A number of factors have contributed to the rise in food costs: A deadly avian flu has meant fewer eggs in the United States, a severe drought in Brazil slashed coffee crops and the war in Ukraine led to a spike in wheat prices in the spring.

While commodity prices are falling, it will take time before those lower costs pass through to consumers. Plus, plenty of other costs for producers — such as fuel, labor and packaging — have also been high.

And as supply has been disrupted, demand has grown.
You’ve listed about 25 different reasons for inflation just in this thread and they’re all gonna magically end in the next few months right?


🤣🤣🤣
 

Trucker Clock

Well-Known Member
You’ve listed about 25 different reasons for inflation just in this thread and they’re all gonna magically end in the next few months right?


🤣🤣🤣

Um. I only listed 7. Yes, the perfect storm.

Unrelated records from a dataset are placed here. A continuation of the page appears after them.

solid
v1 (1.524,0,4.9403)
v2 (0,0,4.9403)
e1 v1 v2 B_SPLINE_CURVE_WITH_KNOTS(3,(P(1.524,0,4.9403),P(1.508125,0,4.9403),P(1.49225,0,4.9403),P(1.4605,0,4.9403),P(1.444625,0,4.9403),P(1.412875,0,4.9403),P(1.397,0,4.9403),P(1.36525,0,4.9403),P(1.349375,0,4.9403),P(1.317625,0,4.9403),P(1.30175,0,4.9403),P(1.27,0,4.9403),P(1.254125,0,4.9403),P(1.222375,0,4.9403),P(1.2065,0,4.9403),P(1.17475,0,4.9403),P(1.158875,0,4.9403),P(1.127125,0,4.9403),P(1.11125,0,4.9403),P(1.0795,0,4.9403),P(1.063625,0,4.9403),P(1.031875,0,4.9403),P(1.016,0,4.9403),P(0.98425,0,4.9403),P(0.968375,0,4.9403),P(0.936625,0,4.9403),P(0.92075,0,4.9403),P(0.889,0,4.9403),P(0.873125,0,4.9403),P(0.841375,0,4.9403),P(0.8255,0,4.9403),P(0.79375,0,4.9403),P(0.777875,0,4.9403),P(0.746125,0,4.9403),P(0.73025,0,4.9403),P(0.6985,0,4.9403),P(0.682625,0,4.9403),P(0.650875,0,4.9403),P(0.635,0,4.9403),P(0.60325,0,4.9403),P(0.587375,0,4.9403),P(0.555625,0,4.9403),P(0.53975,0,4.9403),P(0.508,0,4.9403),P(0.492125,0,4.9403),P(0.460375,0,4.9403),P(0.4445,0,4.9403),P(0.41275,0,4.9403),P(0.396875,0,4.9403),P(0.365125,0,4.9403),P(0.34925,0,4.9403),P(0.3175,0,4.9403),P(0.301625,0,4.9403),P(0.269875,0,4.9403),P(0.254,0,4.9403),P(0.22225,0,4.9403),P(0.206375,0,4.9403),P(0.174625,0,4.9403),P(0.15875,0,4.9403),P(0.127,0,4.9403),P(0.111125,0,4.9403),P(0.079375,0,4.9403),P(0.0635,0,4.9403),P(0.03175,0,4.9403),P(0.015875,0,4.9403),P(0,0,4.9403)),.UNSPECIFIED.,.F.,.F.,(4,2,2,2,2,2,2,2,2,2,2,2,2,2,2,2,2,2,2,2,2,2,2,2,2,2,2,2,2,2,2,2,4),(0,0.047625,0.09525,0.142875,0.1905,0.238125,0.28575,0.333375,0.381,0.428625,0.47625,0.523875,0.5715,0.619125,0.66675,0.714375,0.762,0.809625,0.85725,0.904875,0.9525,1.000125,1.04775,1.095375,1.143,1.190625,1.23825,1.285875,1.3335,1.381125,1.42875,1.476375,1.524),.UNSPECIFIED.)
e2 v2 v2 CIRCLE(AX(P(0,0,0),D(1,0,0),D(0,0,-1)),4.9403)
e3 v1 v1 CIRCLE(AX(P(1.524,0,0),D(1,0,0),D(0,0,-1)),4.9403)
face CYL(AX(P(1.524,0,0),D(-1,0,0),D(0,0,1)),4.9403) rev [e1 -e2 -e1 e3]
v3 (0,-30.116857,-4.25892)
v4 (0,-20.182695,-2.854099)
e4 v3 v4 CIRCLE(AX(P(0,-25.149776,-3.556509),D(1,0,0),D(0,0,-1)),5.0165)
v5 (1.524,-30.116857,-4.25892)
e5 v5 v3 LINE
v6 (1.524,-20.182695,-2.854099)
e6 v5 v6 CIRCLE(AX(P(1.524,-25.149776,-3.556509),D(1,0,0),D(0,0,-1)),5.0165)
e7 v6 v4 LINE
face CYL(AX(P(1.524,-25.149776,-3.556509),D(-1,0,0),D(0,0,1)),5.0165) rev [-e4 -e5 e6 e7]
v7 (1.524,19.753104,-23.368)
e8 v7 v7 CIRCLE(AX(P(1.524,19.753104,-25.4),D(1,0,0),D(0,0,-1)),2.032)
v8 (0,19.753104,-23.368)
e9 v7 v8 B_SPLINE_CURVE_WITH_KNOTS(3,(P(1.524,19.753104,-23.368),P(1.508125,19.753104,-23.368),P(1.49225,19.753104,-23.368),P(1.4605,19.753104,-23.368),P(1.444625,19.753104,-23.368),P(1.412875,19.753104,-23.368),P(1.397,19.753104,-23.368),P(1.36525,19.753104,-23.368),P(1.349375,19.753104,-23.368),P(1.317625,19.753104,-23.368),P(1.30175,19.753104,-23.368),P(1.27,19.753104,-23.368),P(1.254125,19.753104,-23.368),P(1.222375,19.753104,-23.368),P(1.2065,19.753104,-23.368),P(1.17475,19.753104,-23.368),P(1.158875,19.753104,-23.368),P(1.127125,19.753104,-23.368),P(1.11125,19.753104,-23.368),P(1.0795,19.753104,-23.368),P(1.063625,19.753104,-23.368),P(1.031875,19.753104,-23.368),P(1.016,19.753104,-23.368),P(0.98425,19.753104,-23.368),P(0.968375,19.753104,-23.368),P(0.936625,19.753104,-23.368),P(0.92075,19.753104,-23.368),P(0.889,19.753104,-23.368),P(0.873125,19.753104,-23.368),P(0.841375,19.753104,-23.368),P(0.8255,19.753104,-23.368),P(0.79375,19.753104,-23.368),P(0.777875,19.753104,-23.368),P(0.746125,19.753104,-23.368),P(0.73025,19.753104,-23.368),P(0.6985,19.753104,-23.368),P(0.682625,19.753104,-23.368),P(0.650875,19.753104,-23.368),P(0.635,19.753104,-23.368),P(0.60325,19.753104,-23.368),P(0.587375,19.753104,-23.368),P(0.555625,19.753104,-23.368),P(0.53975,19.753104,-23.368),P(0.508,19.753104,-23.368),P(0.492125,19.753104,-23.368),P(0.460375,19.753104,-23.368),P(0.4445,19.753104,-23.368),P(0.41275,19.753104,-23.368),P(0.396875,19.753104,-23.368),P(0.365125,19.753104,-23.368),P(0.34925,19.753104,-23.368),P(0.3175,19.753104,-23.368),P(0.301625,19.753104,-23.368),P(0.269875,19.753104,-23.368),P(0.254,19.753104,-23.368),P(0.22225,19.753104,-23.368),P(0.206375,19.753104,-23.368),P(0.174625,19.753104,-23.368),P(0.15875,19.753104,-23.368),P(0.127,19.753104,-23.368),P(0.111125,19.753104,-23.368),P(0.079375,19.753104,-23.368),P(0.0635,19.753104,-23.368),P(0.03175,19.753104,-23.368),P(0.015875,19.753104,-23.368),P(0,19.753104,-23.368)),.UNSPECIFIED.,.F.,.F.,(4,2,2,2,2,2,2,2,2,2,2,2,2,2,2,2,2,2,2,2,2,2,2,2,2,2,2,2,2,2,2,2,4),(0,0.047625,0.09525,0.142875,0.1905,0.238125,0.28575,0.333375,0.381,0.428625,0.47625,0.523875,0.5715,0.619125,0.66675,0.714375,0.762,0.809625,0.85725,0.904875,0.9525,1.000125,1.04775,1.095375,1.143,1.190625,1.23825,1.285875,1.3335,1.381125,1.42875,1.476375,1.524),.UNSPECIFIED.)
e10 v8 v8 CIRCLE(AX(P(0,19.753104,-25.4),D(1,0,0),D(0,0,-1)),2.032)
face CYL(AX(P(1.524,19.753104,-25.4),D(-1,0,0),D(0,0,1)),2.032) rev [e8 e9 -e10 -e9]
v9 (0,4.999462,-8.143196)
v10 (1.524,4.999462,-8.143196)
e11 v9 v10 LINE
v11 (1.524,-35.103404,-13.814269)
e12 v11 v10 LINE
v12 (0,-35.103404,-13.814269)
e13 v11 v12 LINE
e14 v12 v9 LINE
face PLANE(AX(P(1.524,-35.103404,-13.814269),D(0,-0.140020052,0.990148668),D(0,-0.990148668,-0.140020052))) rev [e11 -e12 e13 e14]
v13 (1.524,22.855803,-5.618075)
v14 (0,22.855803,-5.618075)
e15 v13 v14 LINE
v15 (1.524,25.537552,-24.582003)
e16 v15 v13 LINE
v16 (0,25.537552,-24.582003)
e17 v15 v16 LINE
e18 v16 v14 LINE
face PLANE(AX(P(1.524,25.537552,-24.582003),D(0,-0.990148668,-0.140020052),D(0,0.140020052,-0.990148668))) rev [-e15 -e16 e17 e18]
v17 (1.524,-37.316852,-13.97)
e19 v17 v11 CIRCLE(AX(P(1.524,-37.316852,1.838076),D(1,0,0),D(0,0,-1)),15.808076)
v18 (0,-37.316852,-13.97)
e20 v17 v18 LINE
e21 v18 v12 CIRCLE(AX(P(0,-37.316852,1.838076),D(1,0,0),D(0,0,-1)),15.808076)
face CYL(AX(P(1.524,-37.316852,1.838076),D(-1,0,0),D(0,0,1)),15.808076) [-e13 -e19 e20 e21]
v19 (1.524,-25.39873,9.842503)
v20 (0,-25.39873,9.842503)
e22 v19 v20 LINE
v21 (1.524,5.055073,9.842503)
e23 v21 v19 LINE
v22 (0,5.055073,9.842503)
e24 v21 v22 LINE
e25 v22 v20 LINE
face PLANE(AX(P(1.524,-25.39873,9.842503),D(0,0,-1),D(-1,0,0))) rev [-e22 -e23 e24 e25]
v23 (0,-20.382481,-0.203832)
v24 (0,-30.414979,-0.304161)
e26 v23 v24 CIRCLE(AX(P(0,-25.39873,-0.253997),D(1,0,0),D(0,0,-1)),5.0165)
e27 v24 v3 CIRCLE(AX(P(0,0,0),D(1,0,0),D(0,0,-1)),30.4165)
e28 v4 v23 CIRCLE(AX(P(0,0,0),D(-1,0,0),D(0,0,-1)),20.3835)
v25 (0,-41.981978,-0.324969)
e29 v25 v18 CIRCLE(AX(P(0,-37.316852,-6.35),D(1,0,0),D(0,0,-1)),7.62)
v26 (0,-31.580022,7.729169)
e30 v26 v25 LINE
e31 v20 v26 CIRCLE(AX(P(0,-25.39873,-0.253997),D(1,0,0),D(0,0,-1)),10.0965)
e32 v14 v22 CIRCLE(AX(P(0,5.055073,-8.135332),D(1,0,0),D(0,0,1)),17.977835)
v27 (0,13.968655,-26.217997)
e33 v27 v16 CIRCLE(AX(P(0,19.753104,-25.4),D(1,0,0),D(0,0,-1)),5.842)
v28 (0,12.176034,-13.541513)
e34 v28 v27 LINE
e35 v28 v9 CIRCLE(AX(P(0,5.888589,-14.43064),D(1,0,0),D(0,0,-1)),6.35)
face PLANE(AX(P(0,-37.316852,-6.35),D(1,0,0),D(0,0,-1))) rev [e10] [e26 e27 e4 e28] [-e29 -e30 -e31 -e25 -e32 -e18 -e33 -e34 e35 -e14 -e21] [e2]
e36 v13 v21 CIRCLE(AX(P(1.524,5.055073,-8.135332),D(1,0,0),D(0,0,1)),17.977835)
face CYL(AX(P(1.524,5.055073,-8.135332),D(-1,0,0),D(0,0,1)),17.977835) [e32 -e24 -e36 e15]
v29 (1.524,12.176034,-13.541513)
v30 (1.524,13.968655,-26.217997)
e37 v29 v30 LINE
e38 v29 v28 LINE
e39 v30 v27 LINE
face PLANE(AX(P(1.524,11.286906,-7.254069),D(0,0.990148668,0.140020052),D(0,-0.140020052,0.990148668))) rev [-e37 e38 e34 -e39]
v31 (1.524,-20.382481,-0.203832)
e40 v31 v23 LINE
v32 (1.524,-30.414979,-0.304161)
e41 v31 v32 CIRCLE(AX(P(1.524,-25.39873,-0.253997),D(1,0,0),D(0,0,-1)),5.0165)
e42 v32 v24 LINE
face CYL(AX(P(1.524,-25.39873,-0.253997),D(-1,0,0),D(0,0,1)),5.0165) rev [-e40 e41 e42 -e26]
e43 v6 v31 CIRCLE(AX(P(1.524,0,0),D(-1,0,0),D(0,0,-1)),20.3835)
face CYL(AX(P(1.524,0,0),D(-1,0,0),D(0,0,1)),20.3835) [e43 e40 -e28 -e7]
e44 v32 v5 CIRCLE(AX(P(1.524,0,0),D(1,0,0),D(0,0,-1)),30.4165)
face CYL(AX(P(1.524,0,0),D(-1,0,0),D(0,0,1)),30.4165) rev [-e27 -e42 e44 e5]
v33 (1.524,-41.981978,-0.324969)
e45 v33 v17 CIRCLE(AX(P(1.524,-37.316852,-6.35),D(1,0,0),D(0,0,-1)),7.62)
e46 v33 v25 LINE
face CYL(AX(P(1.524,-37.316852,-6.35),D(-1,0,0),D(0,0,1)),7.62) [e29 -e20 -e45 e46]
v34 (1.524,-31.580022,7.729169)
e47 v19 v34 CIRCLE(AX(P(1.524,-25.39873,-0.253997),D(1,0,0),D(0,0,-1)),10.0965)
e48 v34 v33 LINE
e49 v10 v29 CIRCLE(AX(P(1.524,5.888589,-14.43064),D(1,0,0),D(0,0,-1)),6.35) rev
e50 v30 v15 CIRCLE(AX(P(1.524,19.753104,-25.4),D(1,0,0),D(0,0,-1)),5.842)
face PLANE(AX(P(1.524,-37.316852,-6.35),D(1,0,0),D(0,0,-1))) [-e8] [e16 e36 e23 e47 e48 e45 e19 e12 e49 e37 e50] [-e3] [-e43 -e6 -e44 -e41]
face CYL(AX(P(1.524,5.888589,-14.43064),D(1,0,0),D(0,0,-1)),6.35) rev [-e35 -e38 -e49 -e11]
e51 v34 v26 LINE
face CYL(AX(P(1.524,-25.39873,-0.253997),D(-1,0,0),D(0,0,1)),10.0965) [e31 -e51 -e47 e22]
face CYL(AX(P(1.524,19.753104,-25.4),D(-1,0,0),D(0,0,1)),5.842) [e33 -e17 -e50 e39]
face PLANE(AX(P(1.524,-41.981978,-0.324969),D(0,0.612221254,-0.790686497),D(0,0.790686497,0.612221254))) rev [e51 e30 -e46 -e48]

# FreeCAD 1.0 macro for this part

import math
import FreeCAD as App
import Part
import Sketcher
Q = App.Units.Quantity


def edges_at(feature, points):
    """Names of the edges that pass closest to the given points."""
    edges = feature.Shape.Edges
    near = lambda p: min(range(len(edges)), key=lambda i: edges[i].distToShape(Part.Vertex(*p))[0])
    return sorted({f"Edge{near(p) + 1}" for p in points})

doc = App.newDocument("Part")
body = doc.addObject("PartDesign::Body", "Body")

sketch1 = body.newObject("Sketcher::SketchObject", "Sketch")
sketch1.AttachmentSupport = (doc.getObject("YZ_Plane"), [""])
sketch1.MapMode = "FlatFace"
sketch1.addGeometry([
    Part.LineSegment(App.Vector(-35.1, -13.8, 0), App.Vector(11.3, -7.3, 0)),
    Part.LineSegment(App.Vector(11.3, -7.3, 0), App.Vector(14, -26.2, 0)),
    Part.ArcOfCircle(Part.Circle(App.Vector(19.8, -25.4, 0), App.Vector(0, 0, 1), 5.8), math.radians(-172), math.radians(8)),
    Part.LineSegment(App.Vector(25.5, -24.6, 0), App.Vector(22.9, -5.6, 0)),
    Part.ArcOfCircle(Part.Circle(App.Vector(5.1, -8.1, 0), App.Vector(0, 0, 1), 18), math.radians(8), math.radians(90)),
    Part.LineSegment(App.Vector(5.1, 9.8, 0), App.Vector(-25.4, 9.8, 0)),
    Part.ArcOfCircle(Part.Circle(App.Vector(-25.4, -0.3, 0), App.Vector(0, 0, 1), 10.1), math.radians(90), math.radians(128)),
    Part.LineSegment(App.Vector(-31.6, 7.7, 0), App.Vector(-42, -0.3, 0)),
    Part.ArcOfCircle(Part.Circle(App.Vector(-37.3, -6.3, 0), App.Vector(0, 0, 1), 7.6), math.radians(128), math.radians(270)),
    Part.ArcOfCircle(Part.Circle(App.Vector(-37.3, 1.8, 0), App.Vector(0, 0, 1), 15.8), math.radians(-90), math.radians(-81.95)),
    Part.ArcOfCircle(Part.Circle(App.Vector(0, 0, 0), App.Vector(0, 0, 1), 30.4), math.radians(-179.43), math.radians(-171.95)),
    Part.ArcOfCircle(Part.Circle(App.Vector(-25.4, -0.3, 0), App.Vector(0, 0, 1), 5), math.radians(1), math.radians(181)),
    Part.ArcOfCircle(Part.Circle(App.Vector(0, 0, 0), App.Vector(0, 0, 1), 20.4), math.radians(-179.43), math.radians(-171.95)),
    Part.ArcOfCircle(Part.Circle(App.Vector(-25.1, -3.6, 0), App.Vector(0, 0, 1), 5), math.radians(-172), math.radians(8)),
    Part.Circle(App.Vector(0, 0, 0), App.Vector(0, 0, 1), 4.9),
    Part.Circle(App.Vector(19.8, -25.4, 0), App.Vector(0, 0, 1), 2),
], False)
sketch1.addConstraint([
    Sketcher.Constraint("Coincident", 0, 2, 1, 1),
    Sketcher.Constraint("Tangent", 1, 2, 2, 1),
    Sketcher.Constraint("Tangent", 2, 2, 3, 1),
    Sketcher.Constraint("Tangent", 3, 2, 4, 1),
    Sketcher.Constraint("Tangent", 4, 2, 5, 1),
    Sketcher.Constraint("Tangent", 5, 2, 6, 1),
    Sketcher.Constraint("Tangent", 6, 2, 7, 1),
    Sketcher.Constraint("Tangent", 7, 2, 8, 1),
    Sketcher.Constraint("Tangent", 8, 2, 9, 1),
    Sketcher.Constraint("Tangent", 9, 2, 0, 1),
    Sketcher.Constraint("Tangent", 10, 1, 11, 2),
    Sketcher.Constraint("Tangent", 11, 1, 12, 1),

If only a few happened, the economy could have absorbed them. But, they all happened almost at the same time.

1. disrupted global supply chains (including domestic supply constraints and the shortage of semiconductor components)

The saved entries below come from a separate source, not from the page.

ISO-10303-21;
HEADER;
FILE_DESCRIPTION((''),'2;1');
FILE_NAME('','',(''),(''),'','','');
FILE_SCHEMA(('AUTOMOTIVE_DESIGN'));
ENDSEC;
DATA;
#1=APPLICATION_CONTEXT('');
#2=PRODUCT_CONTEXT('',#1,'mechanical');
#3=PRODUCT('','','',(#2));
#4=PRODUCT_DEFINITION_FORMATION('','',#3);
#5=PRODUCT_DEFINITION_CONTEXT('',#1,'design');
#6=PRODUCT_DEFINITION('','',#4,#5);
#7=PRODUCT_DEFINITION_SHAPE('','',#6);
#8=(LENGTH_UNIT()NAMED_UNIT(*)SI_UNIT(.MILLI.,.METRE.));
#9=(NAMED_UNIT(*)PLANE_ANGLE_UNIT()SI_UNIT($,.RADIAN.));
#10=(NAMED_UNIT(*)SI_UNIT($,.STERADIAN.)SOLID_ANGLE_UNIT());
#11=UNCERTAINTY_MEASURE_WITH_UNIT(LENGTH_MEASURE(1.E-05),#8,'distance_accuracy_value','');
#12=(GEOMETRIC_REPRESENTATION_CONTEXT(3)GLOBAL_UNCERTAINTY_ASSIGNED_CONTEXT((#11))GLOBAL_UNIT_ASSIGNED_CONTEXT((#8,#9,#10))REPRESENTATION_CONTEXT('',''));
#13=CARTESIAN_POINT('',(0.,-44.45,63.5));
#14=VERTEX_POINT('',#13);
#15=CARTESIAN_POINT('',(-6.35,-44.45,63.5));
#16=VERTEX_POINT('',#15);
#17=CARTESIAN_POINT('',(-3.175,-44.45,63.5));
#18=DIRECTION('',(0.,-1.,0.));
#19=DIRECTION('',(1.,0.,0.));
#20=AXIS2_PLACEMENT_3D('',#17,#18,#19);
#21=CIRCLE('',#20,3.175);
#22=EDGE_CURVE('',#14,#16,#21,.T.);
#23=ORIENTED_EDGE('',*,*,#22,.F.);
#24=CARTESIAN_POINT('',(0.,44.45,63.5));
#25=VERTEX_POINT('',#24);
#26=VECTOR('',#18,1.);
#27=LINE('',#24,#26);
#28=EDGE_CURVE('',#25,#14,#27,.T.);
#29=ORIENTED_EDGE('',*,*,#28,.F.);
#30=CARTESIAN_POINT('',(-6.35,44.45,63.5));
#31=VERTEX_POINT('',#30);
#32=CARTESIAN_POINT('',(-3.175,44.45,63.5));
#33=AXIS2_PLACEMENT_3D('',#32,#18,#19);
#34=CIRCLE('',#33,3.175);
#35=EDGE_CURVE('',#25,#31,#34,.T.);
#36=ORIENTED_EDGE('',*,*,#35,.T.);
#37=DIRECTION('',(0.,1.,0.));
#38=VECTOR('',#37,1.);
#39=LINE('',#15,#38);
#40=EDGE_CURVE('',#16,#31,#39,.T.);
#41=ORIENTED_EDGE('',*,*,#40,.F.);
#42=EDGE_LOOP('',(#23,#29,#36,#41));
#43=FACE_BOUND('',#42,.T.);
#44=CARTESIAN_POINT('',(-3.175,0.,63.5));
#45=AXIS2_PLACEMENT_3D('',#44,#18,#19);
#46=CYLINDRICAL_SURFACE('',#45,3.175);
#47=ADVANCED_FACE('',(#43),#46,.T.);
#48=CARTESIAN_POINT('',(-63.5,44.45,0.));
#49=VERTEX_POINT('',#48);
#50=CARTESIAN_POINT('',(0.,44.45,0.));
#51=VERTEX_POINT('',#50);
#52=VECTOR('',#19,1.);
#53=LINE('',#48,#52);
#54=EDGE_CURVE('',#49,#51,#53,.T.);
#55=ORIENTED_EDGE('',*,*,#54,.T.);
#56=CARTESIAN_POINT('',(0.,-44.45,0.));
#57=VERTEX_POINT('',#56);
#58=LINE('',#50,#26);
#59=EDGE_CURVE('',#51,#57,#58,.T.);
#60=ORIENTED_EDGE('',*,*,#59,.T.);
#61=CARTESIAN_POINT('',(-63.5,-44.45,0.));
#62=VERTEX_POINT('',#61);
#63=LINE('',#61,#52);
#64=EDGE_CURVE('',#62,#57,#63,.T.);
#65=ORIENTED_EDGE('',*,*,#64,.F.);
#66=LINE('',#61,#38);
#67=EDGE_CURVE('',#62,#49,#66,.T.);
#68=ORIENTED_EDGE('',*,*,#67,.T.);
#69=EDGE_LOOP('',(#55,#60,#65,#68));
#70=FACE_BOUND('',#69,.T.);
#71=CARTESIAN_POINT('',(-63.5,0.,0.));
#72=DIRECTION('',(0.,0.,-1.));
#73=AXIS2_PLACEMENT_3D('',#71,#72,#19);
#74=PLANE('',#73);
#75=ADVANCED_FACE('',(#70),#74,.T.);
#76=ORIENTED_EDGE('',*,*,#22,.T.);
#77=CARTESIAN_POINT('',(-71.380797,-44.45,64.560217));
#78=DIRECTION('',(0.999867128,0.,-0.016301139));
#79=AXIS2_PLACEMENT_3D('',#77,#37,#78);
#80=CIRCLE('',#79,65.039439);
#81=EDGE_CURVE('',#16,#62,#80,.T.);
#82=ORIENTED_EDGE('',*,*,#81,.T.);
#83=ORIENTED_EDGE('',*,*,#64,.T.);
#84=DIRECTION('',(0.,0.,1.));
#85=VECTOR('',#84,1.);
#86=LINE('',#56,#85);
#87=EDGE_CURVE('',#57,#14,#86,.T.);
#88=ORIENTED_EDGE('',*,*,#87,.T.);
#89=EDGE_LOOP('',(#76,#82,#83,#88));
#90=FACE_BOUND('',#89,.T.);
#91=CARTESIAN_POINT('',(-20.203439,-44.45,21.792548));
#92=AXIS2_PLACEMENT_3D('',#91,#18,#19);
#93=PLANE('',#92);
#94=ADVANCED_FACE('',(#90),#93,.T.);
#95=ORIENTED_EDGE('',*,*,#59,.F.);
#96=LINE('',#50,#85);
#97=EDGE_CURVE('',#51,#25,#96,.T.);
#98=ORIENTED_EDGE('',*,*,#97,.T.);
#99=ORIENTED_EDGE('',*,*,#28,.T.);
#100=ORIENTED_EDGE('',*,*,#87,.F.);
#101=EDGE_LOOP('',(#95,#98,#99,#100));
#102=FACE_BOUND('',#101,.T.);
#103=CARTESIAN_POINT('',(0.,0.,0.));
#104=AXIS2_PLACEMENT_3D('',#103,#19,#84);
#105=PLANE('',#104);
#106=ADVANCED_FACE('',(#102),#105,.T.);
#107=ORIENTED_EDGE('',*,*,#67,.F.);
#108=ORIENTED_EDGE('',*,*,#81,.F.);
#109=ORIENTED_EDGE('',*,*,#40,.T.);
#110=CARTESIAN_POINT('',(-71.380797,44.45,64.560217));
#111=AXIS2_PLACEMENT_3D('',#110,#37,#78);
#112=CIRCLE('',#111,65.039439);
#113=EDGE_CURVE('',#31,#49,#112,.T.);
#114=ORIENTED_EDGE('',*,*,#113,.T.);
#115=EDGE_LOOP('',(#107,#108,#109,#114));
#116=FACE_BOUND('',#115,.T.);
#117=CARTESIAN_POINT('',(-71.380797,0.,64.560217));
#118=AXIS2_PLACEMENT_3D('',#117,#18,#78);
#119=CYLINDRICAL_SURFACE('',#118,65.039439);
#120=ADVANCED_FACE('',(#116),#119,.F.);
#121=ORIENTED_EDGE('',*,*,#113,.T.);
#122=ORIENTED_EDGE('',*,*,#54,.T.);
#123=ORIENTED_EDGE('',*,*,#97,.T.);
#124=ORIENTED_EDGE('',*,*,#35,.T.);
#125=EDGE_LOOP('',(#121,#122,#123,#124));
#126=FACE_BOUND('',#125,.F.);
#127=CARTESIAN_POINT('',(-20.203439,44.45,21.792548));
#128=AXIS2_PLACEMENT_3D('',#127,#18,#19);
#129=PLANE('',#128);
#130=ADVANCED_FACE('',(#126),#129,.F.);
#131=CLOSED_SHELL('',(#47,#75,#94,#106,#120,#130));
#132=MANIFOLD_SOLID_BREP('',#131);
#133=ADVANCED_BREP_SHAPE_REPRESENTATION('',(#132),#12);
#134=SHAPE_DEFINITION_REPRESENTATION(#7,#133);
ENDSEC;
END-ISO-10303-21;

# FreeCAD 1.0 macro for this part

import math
import FreeCAD as App
import Part
import Sketcher
from FreeCAD import Vector
Q = App.Units.Quantity

doc = App.newDocument("Part")
body = doc.addObject("PartDesign::Body", "Body")

sketch1 = body.newObject("Sketcher::SketchObject", "Sketch")
sketch1.AttachmentSupport = (doc.getObject("XZ_Plane"), [""])
sketch1.MapMode = "FlatFace"
sketch1.addGeometry(Part.LineSegment(Vector(-63.5, 0, 0), Vector(0, 0, 0)), False)
sketch1.addGeometry(Part.LineSegment(Vector(0, 0, 0), Vector(0, 63.5, 0)), False)
sketch1.addGeometry(Part.ArcOfCircle(Part.Circle(Vector(-3.175, 63.5, 0), Vector(0, 0, 1), 3.175), math.radians(0), math.radians(180)), False)
sketch1.addGeometry(Part.ArcOfCircle(Part.Circle(Vector(-71.380797, 64.560217, 0), Vector(0, 0, 1), 65.039439), math.radians(-83.040397), math.radians(-0.934028)), False)
sketch1.addConstraint(Sketcher.Constraint("Coincident", 0, 2, 1, 1))
sketch1.addConstraint(Sketcher.Constraint("Tangent", 1, 2, 2, 1))
sketch1.addConstraint(Sketcher.Constraint("Coincident", 2, 2, 3, 2))
sketch1.addConstraint(Sketcher.Constraint("Coincident", 3, 1, 0, 1))
sketch1.addConstraint(Sketcher.Constraint("Horizontal", 0))
sketch1.addConstraint(Sketcher.Constraint("Vertical", 1))
sketch1.addConstraint(Sketcher.Constraint("Coincident", 0, 2, -1, 1))
sketch1.addConstraint(Sketcher.Constraint("Horizontal", 1, 2, 2, 2))
sketch1.addConstraint(Sketcher.Constraint("Equal", 0, 1))
sketch1.addConstraint(Sketcher.Constraint("DistanceX", 0, 1, 0, 2, Q("2.5 in")))
sketch1.addConstraint(Sketcher.Constraint("Radius", 2, Q("0.125 in")))
sketch1.addConstraint(Sketcher.Constraint("Radius", 3, Q("65.039439 mm")))
pad1 = body.newObject("PartDesign::Pad", "Pad")
pad1.Profile = sketch1
pad1.Length = Q("3.5 in")
pad1.Midplane = True

doc.recompute()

2. demand (fueled in part by stimulus money and low interest rates) quickly outpaced supply

3. Russia's unprovoked invasion of Ukraine

4. what’s going on in China

5. many firms are more cautious about ramping up production

6. A deadly avian flu

7. a severe drought in Brazil




And I never said in the next few months. As a matter of fact, if you actually read the posts, I said in the near term, no.

You're point was that these high prices will never come down. They will only go up from here due to Built-in inflation. I said these high prices will eventually go down when the factors that have caused this high inflation are rectified. In the near term, no. Within the next year or two, probably.

And these prices will probably still be high during contract negotiations. So, if the Company is not willing to negotiate our pay scale fairly, a strike is not out of the question. See, this whole discussion is on topic. Inflation, wages, price of goods, contract and strike. All correlate together.
 

Brownslave688

You want a toe? I can get you a toe.
Um. I only listed 7. Yes, the perfect storm. If only a few happened, the economy could have absorbed them. But, they all happened almost at the same time.

1. disrupted global supply chains (including domestic supply constraints and the shortage of semiconductor components)

2. demand (fueled in part by stimulus money and low interest rates) quickly outpaced supply

3. Russia's unprovoked invasion of Ukraine

4. what’s going on in China

5. many firms are more cautious about ramping up production

6. A deadly avian flu

7. a severe drought in Brazil




And I never said in the next few months. As a matter of fact, if you actually read the posts, I said in the near term, no.

You're point was that these high prices will never come down. They will only go up from here due to Built-in inflation. I said these high prices will eventually go down when the factors that have caused this high inflation are rectified. In the near term, no. Within the next year or two, probably.

And these prices will probably still be high during contract negotiations. So, if the Company is not willing to negotiate our pay scale fairly, a strike is not out of the question. See, this whole discussion is on topic. Inflation, wages, price of goods, contract and strike. All correlate together.
Without something on the scale of the Great Depression we aren’t getting deflation on the scale big enough to bring prices back to what they were. We have 100+ years of data on inflation. It’s just not happening.